Pânico 2 surge com a difícil missão de seguir um fenômeno. O primeiro filme renovou o terror adolescente com ironia, inteligência e sustos legítimos — e agora, a continuação tenta equilibrar essas mesmas peças sem cair na armadilha do mais do mesmo. Felizmente, Wes Craven e Kevin Williamson retornam afiados, conscientes de que a sequência precisava fazer jus à fama, mas também brincar com o próprio status de “parte dois”. O resultado é um filme metalinguístico, divertido e mais ambicioso, ainda que um pouco menos impactante.
Dessa vez, a ação sai de Woodsboro e migra para o campus universitário de Windsor College, onde Sidney Prescott tenta reconstruir sua vida. Mas a calmaria não dura. Um novo massacre se inicia justamente durante a estreia de Stab — o filme dentro do filme baseado nos eventos de Pânico. Com isso, Craven já escancara o tom: ele sabe que estamos assistindo a uma continuação, e quer que a gente saiba que ele sabe. A abertura, com Jada Pinkett Smith e Omar Epps, é provocativa, satírica e brutal — e estabelece o clima para o que está por vir.

A trama se apoia em dois pilares fortes: personagens que já conhecemos e gostamos, e a ampliação do debate sobre o gênero de terror. Sidney, Gale, Dewey e Randy voltam não apenas por nostalgia, mas porque há uma continuidade emocional. Sabemos pelo que passaram. Sentimos os traumas. Isso dá ao filme uma densidade incomum para slashers, mesmo que Craven não perca a chance de satirizar os clichês do gênero — inclusive os de sua própria obra.

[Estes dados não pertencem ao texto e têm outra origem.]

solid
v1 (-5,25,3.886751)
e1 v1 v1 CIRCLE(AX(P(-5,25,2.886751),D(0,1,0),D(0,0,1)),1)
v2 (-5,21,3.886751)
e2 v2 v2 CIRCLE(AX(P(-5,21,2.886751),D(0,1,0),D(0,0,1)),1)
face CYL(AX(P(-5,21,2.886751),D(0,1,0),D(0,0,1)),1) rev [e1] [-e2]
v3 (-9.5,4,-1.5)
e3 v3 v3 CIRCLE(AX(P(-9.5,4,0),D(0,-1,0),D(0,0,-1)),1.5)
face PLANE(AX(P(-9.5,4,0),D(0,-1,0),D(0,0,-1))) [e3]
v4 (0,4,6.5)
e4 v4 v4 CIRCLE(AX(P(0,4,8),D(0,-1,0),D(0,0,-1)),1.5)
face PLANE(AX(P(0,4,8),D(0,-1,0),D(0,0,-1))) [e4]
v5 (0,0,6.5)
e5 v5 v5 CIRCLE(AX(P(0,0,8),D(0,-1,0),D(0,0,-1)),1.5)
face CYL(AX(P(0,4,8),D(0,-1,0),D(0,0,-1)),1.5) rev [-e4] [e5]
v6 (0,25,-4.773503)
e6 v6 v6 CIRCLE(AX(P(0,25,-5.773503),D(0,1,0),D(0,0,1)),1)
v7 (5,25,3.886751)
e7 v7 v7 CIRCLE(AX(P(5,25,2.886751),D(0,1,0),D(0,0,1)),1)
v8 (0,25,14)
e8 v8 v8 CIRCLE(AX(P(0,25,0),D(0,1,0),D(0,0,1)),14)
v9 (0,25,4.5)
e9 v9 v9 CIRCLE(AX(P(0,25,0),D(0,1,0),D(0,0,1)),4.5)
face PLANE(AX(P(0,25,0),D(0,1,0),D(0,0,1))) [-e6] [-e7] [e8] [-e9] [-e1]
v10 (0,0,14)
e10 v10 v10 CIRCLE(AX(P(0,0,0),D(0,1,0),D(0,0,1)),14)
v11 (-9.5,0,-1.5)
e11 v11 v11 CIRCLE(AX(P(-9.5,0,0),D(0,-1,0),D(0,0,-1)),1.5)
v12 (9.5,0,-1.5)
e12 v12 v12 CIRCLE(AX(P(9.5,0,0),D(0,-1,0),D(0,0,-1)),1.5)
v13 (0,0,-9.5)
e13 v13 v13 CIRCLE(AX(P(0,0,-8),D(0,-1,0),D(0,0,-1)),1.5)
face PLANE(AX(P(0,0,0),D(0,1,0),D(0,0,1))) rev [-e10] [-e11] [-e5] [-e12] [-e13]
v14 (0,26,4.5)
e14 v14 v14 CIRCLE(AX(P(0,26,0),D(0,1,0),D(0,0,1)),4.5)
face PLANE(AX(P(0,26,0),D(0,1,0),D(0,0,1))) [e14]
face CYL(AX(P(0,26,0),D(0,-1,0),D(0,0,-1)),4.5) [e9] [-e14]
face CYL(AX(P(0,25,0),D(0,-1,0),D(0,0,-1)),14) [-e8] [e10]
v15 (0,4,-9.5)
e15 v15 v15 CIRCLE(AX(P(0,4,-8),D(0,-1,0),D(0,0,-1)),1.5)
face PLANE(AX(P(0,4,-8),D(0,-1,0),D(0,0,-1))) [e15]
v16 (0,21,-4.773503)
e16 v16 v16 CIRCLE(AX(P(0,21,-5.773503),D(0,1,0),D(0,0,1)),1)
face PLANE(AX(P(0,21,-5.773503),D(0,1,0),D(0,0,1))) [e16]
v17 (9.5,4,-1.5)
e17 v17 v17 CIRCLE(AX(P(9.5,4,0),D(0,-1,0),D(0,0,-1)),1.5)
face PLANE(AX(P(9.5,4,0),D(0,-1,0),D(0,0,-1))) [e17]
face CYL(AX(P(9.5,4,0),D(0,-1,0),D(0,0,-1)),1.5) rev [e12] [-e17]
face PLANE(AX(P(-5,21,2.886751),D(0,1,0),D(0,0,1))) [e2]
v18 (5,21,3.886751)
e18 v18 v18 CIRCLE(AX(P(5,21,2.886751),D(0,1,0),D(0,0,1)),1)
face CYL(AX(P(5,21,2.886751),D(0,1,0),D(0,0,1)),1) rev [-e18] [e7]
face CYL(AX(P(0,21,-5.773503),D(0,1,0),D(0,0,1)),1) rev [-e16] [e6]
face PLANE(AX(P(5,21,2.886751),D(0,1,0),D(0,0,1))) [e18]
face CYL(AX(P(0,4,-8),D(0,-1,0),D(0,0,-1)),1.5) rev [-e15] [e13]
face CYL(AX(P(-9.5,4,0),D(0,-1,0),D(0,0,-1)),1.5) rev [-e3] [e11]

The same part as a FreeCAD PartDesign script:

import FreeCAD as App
import Part
import Sketcher

V = App.Vector
Q = App.Units.Quantity

doc = App.newDocument("Part")
body = doc.addObject("PartDesign::Body", "Body")

# Sketch on XZ plane
sketch1 = body.newObject("Sketcher::SketchObject", "Sketch")
sketch1.AttachmentSupport = (doc.getObject("XZ_Plane"), [""])
sketch1.MapMode = "FlatFace"
sketch1.addGeometry(Part.Circle(V(0, 0, 0), V(0, 0, 1), 14), False)
sketch1.addConstraint([
    Sketcher.Constraint("Coincident", 0, 3, -1, 1),
    Sketcher.Constraint("Diameter", 0, Q("28 mm")),
])
pad1 = body.newObject("PartDesign::Pad", "Pad")
pad1.Profile = sketch1
pad1.Length = 25
pad1.Reversed = True

# Sketch on XZ plane
sketch2 = body.newObject("Sketcher::SketchObject", "Sketch001")
sketch2.AttachmentSupport = (doc.getObject("XZ_Plane"), [""])
sketch2.MapMode = "FlatFace"
sketch2.AttachmentOffset = App.Placement(V(0, 0, -25), App.Rotation())
sketch2.addGeometry(Part.Circle(V(0, 0, 0), V(0, 0, 1), 4.5), False)
sketch2.addConstraint([
    Sketcher.Constraint("Coincident", 0, 3, -1, 1),
    Sketcher.Constraint("Diameter", 0, Q("9 mm")),
])
pad2 = body.newObject("PartDesign::Pad", "Pad001")
pad2.Profile = sketch2
pad2.Length = 1
pad2.Reversed = True

# Sketch on XZ plane
sketch3 = body.newObject("Sketcher::SketchObject", "Sketch002")
sketch3.AttachmentSupport = (doc.getObject("XZ_Plane"), [""])
sketch3.MapMode = "FlatFace"
sketch3.AttachmentOffset = App.Placement(V(0, 0, -25), App.Rotation())
sketch3.addGeometry([
    Part.Circle(V(0, -5.8, 0), V(0, 0, 1), 1),
    Part.Circle(V(5, 2.9, 0), V(0, 0, 1), 1),
    Part.Circle(V(-5, 2.9, 0), V(0, 0, 1), 1),
], False)
sketch3.addConstraint([
    Sketcher.Constraint("Equal", 0, 1),
    Sketcher.Constraint("Equal", 1, 2),
    Sketcher.Constraint("Symmetric", 1, 3, 2, 3, -2),
    Sketcher.Constraint("PointOnObject", 0, 3, -2),
    Sketcher.Constraint("Diameter", 0, Q("2 mm")),
    Sketcher.Constraint("DistanceX", -1, 1, 1, 3, Q("5 mm")),
    Sketcher.Constraint("DistanceY", -1, 1, 1, 3, Q("2.886751 mm")),
    Sketcher.Constraint("DistanceY", 0, 3, -1, 1, Q("5.773503 mm")),
])
pocket1 = body.newObject("PartDesign::Pocket", "Pocket")
pocket1.Profile = sketch3
pocket1.Length = 4
pocket1.Reversed = True

# Sketch on XZ plane
sketch4 = body.newObject("Sketcher::SketchObject", "Sketch003")
sketch4.AttachmentSupport = (doc.getObject("XZ_Plane"), [""])
sketch4.MapMode = "FlatFace"
sketch4.addGeometry([
    Part.Circle(V(9.5, 0, 0), V(0, 0, 1), 1.5),
    Part.Circle(V(-9.5, 0, 0), V(0, 0, 1), 1.5),
    Part.Circle(V(0, -8, 0), V(0, 0, 1), 1.5),
    Part.Circle(V(0, 8, 0), V(0, 0, 1), 1.5),
], False)
sketch4.addConstraint([
    Sketcher.Constraint("Equal", 0, 1),
    Sketcher.Constraint("Equal", 1, 2),
    Sketcher.Constraint("Equal", 2, 3),
    Sketcher.Constraint("Symmetric", 0, 3, 1, 3, -1, 1),
    Sketcher.Constraint("Symmetric", 2, 3, 3, 3, -1, 1),
    Sketcher.Constraint("PointOnObject", 0, 3, -1),
    Sketcher.Constraint("PointOnObject", 2, 3, -2),
    Sketcher.Constraint("Diameter", 0, Q("3 mm")),
    Sketcher.Constraint("DistanceY", 2, 3, -1, 1, Q("8 mm")),
    Sketcher.Constraint("DistanceX", 1, 3, 0, 3, Q("19 mm")),
])
pocket2 = body.newObject("PartDesign::Pocket", "Pocket001")
pocket2.Profile = sketch4
pocket2.Length = 4

doc.recompute()
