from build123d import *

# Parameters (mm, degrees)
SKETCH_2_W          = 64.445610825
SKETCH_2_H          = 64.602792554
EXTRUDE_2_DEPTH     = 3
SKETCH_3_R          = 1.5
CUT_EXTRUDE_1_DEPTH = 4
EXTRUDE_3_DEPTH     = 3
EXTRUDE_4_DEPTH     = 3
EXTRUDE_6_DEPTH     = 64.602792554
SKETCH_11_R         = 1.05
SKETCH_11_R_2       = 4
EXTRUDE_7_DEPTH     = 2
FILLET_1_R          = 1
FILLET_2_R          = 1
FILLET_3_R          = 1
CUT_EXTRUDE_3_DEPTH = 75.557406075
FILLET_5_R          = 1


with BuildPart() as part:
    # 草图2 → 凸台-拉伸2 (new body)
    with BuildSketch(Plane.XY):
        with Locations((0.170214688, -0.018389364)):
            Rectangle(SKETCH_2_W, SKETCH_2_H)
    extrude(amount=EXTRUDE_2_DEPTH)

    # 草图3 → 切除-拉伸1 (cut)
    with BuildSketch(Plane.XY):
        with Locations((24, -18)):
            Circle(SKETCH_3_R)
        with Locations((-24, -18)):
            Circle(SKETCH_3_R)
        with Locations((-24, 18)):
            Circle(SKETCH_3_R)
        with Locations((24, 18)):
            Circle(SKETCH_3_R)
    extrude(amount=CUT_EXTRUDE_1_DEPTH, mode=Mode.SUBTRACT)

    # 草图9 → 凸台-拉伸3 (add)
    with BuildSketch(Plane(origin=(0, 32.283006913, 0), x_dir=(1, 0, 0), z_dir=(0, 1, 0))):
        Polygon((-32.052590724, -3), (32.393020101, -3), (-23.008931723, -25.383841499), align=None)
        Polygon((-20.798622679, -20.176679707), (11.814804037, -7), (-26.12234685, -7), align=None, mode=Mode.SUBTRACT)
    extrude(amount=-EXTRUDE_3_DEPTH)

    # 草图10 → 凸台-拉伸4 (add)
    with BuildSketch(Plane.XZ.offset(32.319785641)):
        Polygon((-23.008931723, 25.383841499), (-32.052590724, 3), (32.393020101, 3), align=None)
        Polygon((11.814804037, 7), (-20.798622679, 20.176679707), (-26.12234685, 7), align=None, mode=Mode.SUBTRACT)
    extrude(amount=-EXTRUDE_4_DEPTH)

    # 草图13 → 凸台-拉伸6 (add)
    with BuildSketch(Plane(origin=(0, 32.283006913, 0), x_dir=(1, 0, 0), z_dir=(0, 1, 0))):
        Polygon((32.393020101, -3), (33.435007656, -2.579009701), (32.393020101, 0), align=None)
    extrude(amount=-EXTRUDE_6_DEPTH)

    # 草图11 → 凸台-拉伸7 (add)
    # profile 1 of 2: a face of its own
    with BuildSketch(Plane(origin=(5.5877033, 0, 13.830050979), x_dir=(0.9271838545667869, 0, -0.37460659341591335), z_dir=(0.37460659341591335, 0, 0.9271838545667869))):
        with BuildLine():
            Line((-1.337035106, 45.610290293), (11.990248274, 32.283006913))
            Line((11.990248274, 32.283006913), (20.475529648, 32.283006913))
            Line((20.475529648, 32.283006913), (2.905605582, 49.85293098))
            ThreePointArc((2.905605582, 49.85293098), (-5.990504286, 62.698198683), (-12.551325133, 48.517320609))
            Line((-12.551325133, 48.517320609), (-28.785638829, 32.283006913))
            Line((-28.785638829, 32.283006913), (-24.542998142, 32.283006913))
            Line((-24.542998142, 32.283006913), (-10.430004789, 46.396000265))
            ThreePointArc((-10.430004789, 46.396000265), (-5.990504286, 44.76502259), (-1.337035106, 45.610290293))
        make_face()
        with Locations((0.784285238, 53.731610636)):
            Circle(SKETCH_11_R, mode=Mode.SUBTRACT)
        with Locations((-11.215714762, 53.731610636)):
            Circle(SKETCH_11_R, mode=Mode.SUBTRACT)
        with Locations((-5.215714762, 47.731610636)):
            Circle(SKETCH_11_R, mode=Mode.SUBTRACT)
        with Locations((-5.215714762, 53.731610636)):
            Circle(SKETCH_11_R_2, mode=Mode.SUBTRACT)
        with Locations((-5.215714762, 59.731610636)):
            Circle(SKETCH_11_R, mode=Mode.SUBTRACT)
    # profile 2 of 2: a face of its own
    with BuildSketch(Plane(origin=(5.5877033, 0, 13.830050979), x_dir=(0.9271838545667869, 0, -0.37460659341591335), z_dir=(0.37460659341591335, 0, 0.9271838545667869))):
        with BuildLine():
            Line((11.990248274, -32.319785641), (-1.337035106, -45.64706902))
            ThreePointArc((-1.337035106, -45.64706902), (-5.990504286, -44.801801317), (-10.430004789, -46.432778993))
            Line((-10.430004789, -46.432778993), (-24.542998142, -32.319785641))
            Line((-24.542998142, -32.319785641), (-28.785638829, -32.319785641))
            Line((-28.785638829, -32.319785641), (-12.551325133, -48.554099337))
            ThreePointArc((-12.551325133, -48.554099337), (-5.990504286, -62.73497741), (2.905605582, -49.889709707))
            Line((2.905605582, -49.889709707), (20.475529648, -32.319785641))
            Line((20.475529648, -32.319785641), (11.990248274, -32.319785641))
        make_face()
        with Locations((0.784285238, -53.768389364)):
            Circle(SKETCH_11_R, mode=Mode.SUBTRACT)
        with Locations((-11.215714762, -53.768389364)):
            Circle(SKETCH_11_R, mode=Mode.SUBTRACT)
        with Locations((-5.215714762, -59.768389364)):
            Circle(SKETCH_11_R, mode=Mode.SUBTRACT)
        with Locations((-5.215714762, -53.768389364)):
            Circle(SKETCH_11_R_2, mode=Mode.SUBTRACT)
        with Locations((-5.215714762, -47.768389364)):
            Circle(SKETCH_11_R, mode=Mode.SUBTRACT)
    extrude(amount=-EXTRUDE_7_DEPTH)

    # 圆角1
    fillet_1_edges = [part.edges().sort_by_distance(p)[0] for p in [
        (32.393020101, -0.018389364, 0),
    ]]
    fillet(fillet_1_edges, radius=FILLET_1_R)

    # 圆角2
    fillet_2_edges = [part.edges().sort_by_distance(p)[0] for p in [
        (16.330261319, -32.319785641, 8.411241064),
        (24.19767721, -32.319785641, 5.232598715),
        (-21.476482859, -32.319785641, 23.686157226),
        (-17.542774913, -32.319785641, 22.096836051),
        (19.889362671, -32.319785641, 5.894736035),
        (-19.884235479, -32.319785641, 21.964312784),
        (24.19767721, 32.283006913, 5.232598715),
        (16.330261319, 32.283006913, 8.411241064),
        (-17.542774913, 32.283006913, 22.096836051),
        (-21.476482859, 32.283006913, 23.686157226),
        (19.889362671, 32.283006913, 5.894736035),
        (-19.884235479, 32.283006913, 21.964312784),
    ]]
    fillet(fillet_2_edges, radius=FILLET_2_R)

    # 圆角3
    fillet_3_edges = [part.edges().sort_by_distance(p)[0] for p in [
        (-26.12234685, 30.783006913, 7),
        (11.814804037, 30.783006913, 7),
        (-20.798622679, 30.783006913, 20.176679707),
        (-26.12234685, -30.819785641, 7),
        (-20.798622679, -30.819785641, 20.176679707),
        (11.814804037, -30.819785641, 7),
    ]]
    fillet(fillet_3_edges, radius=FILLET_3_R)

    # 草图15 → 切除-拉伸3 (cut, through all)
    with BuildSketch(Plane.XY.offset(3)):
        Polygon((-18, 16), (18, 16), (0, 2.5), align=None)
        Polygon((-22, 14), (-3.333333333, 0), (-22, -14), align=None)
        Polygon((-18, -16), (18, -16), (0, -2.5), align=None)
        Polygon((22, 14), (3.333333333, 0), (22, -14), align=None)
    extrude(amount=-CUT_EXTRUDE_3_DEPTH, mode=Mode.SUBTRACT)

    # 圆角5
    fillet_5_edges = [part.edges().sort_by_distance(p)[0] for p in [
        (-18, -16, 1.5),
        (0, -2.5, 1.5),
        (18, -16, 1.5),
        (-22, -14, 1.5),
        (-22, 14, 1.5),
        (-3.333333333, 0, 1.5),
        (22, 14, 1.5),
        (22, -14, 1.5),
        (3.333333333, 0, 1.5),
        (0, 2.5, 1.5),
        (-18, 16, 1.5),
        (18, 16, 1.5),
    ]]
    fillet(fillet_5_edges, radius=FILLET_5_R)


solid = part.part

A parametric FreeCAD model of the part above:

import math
import FreeCAD as App
import Part
import Sketcher

V = App.Vector
Q = App.Units.Quantity


def edges_at(feature, points):
    """Names of the edges that pass closest to the given points."""
    edges = feature.Shape.Edges
    near = lambda p: min(range(len(edges)), key=lambda i: edges[i].distToShape(Part.Vertex(*p))[0])
    return sorted({f"Edge{near(p) + 1}" for p in points})

doc = App.newDocument("Part")
body = doc.addObject("PartDesign::Body", "Body")

sketch1 = body.newObject("Sketcher::SketchObject", "Sketch")
sketch1.AttachmentSupport = (doc.getObject("XY_Plane"), [""])
sketch1.MapMode = "FlatFace"
sketch1.addGeometry([
    Part.LineSegment(V(-32.052591, 32.283007, 0), V(-32.052591, -32.319786, 0)),
    Part.LineSegment(V(-32.052591, -32.319786, 0), V(32.39302, -32.319786, 0)),
    Part.LineSegment(V(32.39302, -32.319786, 0), V(32.39302, 32.283007, 0)),
    Part.LineSegment(V(32.39302, 32.283007, 0), V(-32.052591, 32.283007, 0)),
], False)
sketch1.addConstraint([
    Sketcher.Constraint("Coincident", 0, 2, 1, 1),
    Sketcher.Constraint("Coincident", 1, 2, 2, 1),
    Sketcher.Constraint("Coincident", 2, 2, 3, 1),
    Sketcher.Constraint("Coincident", 3, 2, 0, 1),
    Sketcher.Constraint("Vertical", 0),
    Sketcher.Constraint("Horizontal", 1),
    Sketcher.Constraint("Vertical", 2),
    Sketcher.Constraint("Horizontal", 3),
    Sketcher.Constraint("DistanceX", 1, 1, 1, 2, 64.445611),
    Sketcher.Constraint("DistanceY", 0, 2, 0, 1, 64.602793),
    Sketcher.Constraint("DistanceX", 0, 2, -1, 1, 32.052591),
    Sketcher.Constraint("DistanceY", 0, 2, -1, 1, 32.319786),
])
pad1 = body.newObject("PartDesign::Pad", "Pad")
pad1.Profile = sketch1
pad1.Length = 3

sketch2 = body.newObject("Sketcher::SketchObject", "Sketch001")
sketch2.AttachmentSupport = (doc.getObject("XY_Plane"), [""])
sketch2.MapMode = "FlatFace"
sketch2.addGeometry([
    Part.Circle(V(24, -18, 0), V(0, 0, 1), 1.5),
    Part.Circle(V(-24, -18, 0), V(0, 0, 1), 1.5),
    Part.Circle(V(-24, 18, 0), V(0, 0, 1), 1.5),
    Part.Circle(V(24, 18, 0), V(0, 0, 1), 1.5),
], False)
sketch2.addConstraint([
    Sketcher.Constraint("Equal", 0, 1),
    Sketcher.Constraint("Equal", 1, 2),
    Sketcher.Constraint("Equal", 2, 3),
    Sketcher.Constraint("Symmetric", 0, 3, 2, 3, -1, 1),
    Sketcher.Constraint("Symmetric", 1, 3, 3, 3, -1, 1),
    Sketcher.Constraint("Symmetric", 0, 3, 1, 3, -2),
    Sketcher.Constraint("Diameter", 0, 3.0),
    Sketcher.Constraint("DistanceX", -1, 1, 0, 3, 24.0),
    Sketcher.Constraint("DistanceY", 0, 3, -1, 1, 18.0),
])
pocket1 = body.newObject("PartDesign::Pocket", "Pocket")
pocket1.Profile = sketch2
pocket1.Length = 4
pocket1.Reversed = True

sketch3 = body.newObject("Sketcher::SketchObject", "Sketch002")
sketch3.AttachmentSupport = (doc.getObject("XZ_Plane"), [""])
sketch3.MapMode = "FlatFace"
sketch3.AttachmentOffset = App.Placement(V(0, 0, -32.283007), App.Rotation())
sketch3.addGeometry([
    Part.LineSegment(V(32.39302, 3, 0), V(-32.052591, 3, 0)),
    Part.LineSegment(V(-32.052591, 3, 0), V(-23.008932, 25.383841, 0)),
    Part.LineSegment(V(-23.008932, 25.383841, 0), V(32.39302, 3, 0)),
    Part.LineSegment(V(-20.798623, 20.17668, 0), V(-26.122347, 7, 0)),
    Part.LineSegment(V(-26.122347, 7, 0), V(11.814804, 7, 0)),
    Part.LineSegment(V(11.814804, 7, 0), V(-20.798623, 20.17668, 0)),
], False)
sketch3.addConstraint([
    Sketcher.Constraint("Coincident", 0, 2, 1, 1),
    Sketcher.Constraint("Coincident", 1, 2, 2, 1),
    Sketcher.Constraint("Coincident", 2, 2, 0, 1),
    Sketcher.Constraint("Coincident", 3, 2, 4, 1),
    Sketcher.Constraint("Coincident", 4, 2, 5, 1),
    Sketcher.Constraint("Coincident", 5, 2, 3, 1),
    Sketcher.Constraint("Horizontal", 0),
    Sketcher.Constraint("Horizontal", 4),
    Sketcher.Constraint("Perpendicular", 1, 2),
    Sketcher.Constraint("Perpendicular", 2, 3),
    Sketcher.Constraint("Perpendicular", 3, 5),
    Sketcher.Constraint("Angle", 1, Q("68 deg")),
    Sketcher.Constraint("DistanceY", -1, 1, 0, 2, 3.0),
    Sketcher.Constraint("DistanceY", -1, 1, 3, 2, 7.0),
    Sketcher.Constraint("DistanceX", 0, 2, 0, 1, 64.445611),
    Sketcher.Constraint("DistanceX", 4, 1, 4, 2, 37.937151),
    Sketcher.Constraint("DistanceX", 0, 2, -1, 1, 32.052591),
    Sketcher.Constraint("DistanceX", 1, 2, 5, 2, 2.210309),
])
pad2 = body.newObject("PartDesign::Pad", "Pad001")
pad2.Profile = sketch3
pad2.Length = 3

sketch4 = body.newObject("Sketcher::SketchObject", "Sketch003")
sketch4.AttachmentSupport = (doc.getObject("XZ_Plane"), [""])
sketch4.MapMode = "FlatFace"
sketch4.AttachmentOffset = App.Placement(V(0, 0, 32.319786), App.Rotation())
sketch4.addGeometry([
    Part.LineSegment(V(-23.008932, 25.383841, 0), V(-32.052591, 3, 0)),
    Part.LineSegment(V(-32.052591, 3, 0), V(32.39302, 3, 0)),
    Part.LineSegment(V(32.39302, 3, 0), V(-23.008932, 25.383841, 0)),
    Part.LineSegment(V(-20.798623, 20.17668, 0), V(11.814804, 7, 0)),
    Part.LineSegment(V(11.814804, 7, 0), V(-26.122347, 7, 0)),
    Part.LineSegment(V(-26.122347, 7, 0), V(-20.798623, 20.17668, 0)),
], False)
sketch4.addConstraint([
    Sketcher.Constraint("Coincident", 0, 2, 1, 1),
    Sketcher.Constraint("Coincident", 1, 2, 2, 1),
    Sketcher.Constraint("Coincident", 2, 2, 0, 1),
    Sketcher.Constraint("Coincident", 3, 2, 4, 1),
    Sketcher.Constraint("Coincident", 4, 2, 5, 1),
    Sketcher.Constraint("Coincident", 5, 2, 3, 1),
    Sketcher.Constraint("Horizontal", 1),
    Sketcher.Constraint("Horizontal", 4),
    Sketcher.Constraint("Perpendicular", 0, 2),
    Sketcher.Constraint("Parallel", 2, 3),
    Sketcher.Constraint("Perpendicular", 3, 5),
    Sketcher.Constraint("Angle", 0, Q("-112 deg")),
    Sketcher.Constraint("DistanceY", -1, 1, 0, 2, 3.0),
    Sketcher.Constraint("DistanceY", -1, 1, 3, 2, 7.0),
    Sketcher.Constraint("DistanceX", 1, 1, 1, 2, 64.445611),
    Sketcher.Constraint("DistanceX", 4, 2, 4, 1, 37.937151),
    Sketcher.Constraint("DistanceX", 0, 2, -1, 1, 32.052591),
    Sketcher.Constraint("DistanceX", 2, 2, 5, 2, 2.210309),
])
pad3 = body.newObject("PartDesign::Pad", "Pad002")
pad3.Profile = sketch4
pad3.Length = 3
pad3.Reversed = True

sketch5 = body.newObject("Sketcher::SketchObject", "Sketch004")
sketch5.AttachmentSupport = (doc.getObject("XZ_Plane"), [""])
sketch5.MapMode = "FlatFace"
sketch5.AttachmentOffset = App.Placement(V(0, 0, -32.283007), App.Rotation())
sketch5.addGeometry([
    Part.LineSegment(V(32.39302, 3, 0), V(33.435008, 2.57901, 0)),
    Part.LineSegment(V(33.435008, 2.57901, 0), V(32.39302, 0, 0)),
    Part.LineSegment(V(32.39302, 0, 0), V(32.39302, 3, 0)),
], False)
sketch5.addConstraint([
    Sketcher.Constraint("Coincident", 0, 2, 1, 1),
    Sketcher.Constraint("Coincident", 1, 2, 2, 1),
    Sketcher.Constraint("Coincident", 2, 2, 0, 1),
    Sketcher.Constraint("Vertical", 2),
    Sketcher.Constraint("PointOnObject", 1, 2, -1),
    Sketcher.Constraint("Perpendicular", 0, 1),
    Sketcher.Constraint("DistanceY", 2, 1, 2, 2, 3.0),
    Sketcher.Constraint("Angle", 0, Q("-22 deg")),
    Sketcher.Constraint("DistanceX", -1, 1, 1, 2, 32.39302),
])
pad4 = body.newObject("PartDesign::Pad", "Pad003")
pad4.Profile = sketch5
pad4.Length = 64.602793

Com mais mortes e menos sangue explícito, Pânico 2 aposta mais na construção de tensão do que no choque visual. E isso funciona bem. A cena da perseguição de Cece, interpretada por Sarah Michelle Gellar, é um exemplo de como o diretor cria suspense com elegância, mesmo em situações previsíveis. Em vez de vísceras, temos ritmo. Em vez de sustos fáceis, temos atmosfera. O resultado é um terror que assusta e diverte, sem escorregar para o grotesco gratuito.
O humor também marca presença — e em bons momentos. As cenas de Stab, por exemplo, são um destaque à parte. Ver Heather Graham e Tori Spelling interpretando versões fictícias dos personagens é uma piscadela deliciosa ao público, algo que remete ao espírito de filmes como Matinee de Joe Dante. E mesmo que vejamos pouco do “filme dentro do filme”, a metalinguagem se espalha por todo o longa, com diálogos afiados e autocríticos.

O elenco novo é volumoso e composto por rostos marcantes dos anos 1990, o que contribui para o tom pop do filme. Há espaço para muitos corpos bonitos e falas espirituosas, mas o roteiro não trata todos como descartáveis. Ainda assim, à medida que as mortes se acumulam, cresce também a sensação de que a proposta pode estar perto do esgotamento. O desfecho tenta evitar o óbvio, mas já antecipa que uma terceira parte precisaria de um novo fôlego — algo além da repetição estilizada.
Pânico 2 é uma continuação que entende o que precisa fazer. Ela amplia o universo, respeita os personagens e mantém o senso de humor afiado. Mesmo que não seja tão afiada quanto o original, a sequência se sustenta por méritos próprios. Wes Craven e Kevin Williamson entregam um filme que ainda tem muito a dizer sobre o cinema de horror — e sobre o público que assiste a ele. Se o grito não é tão fresco, ao menos ainda ecoa com estilo.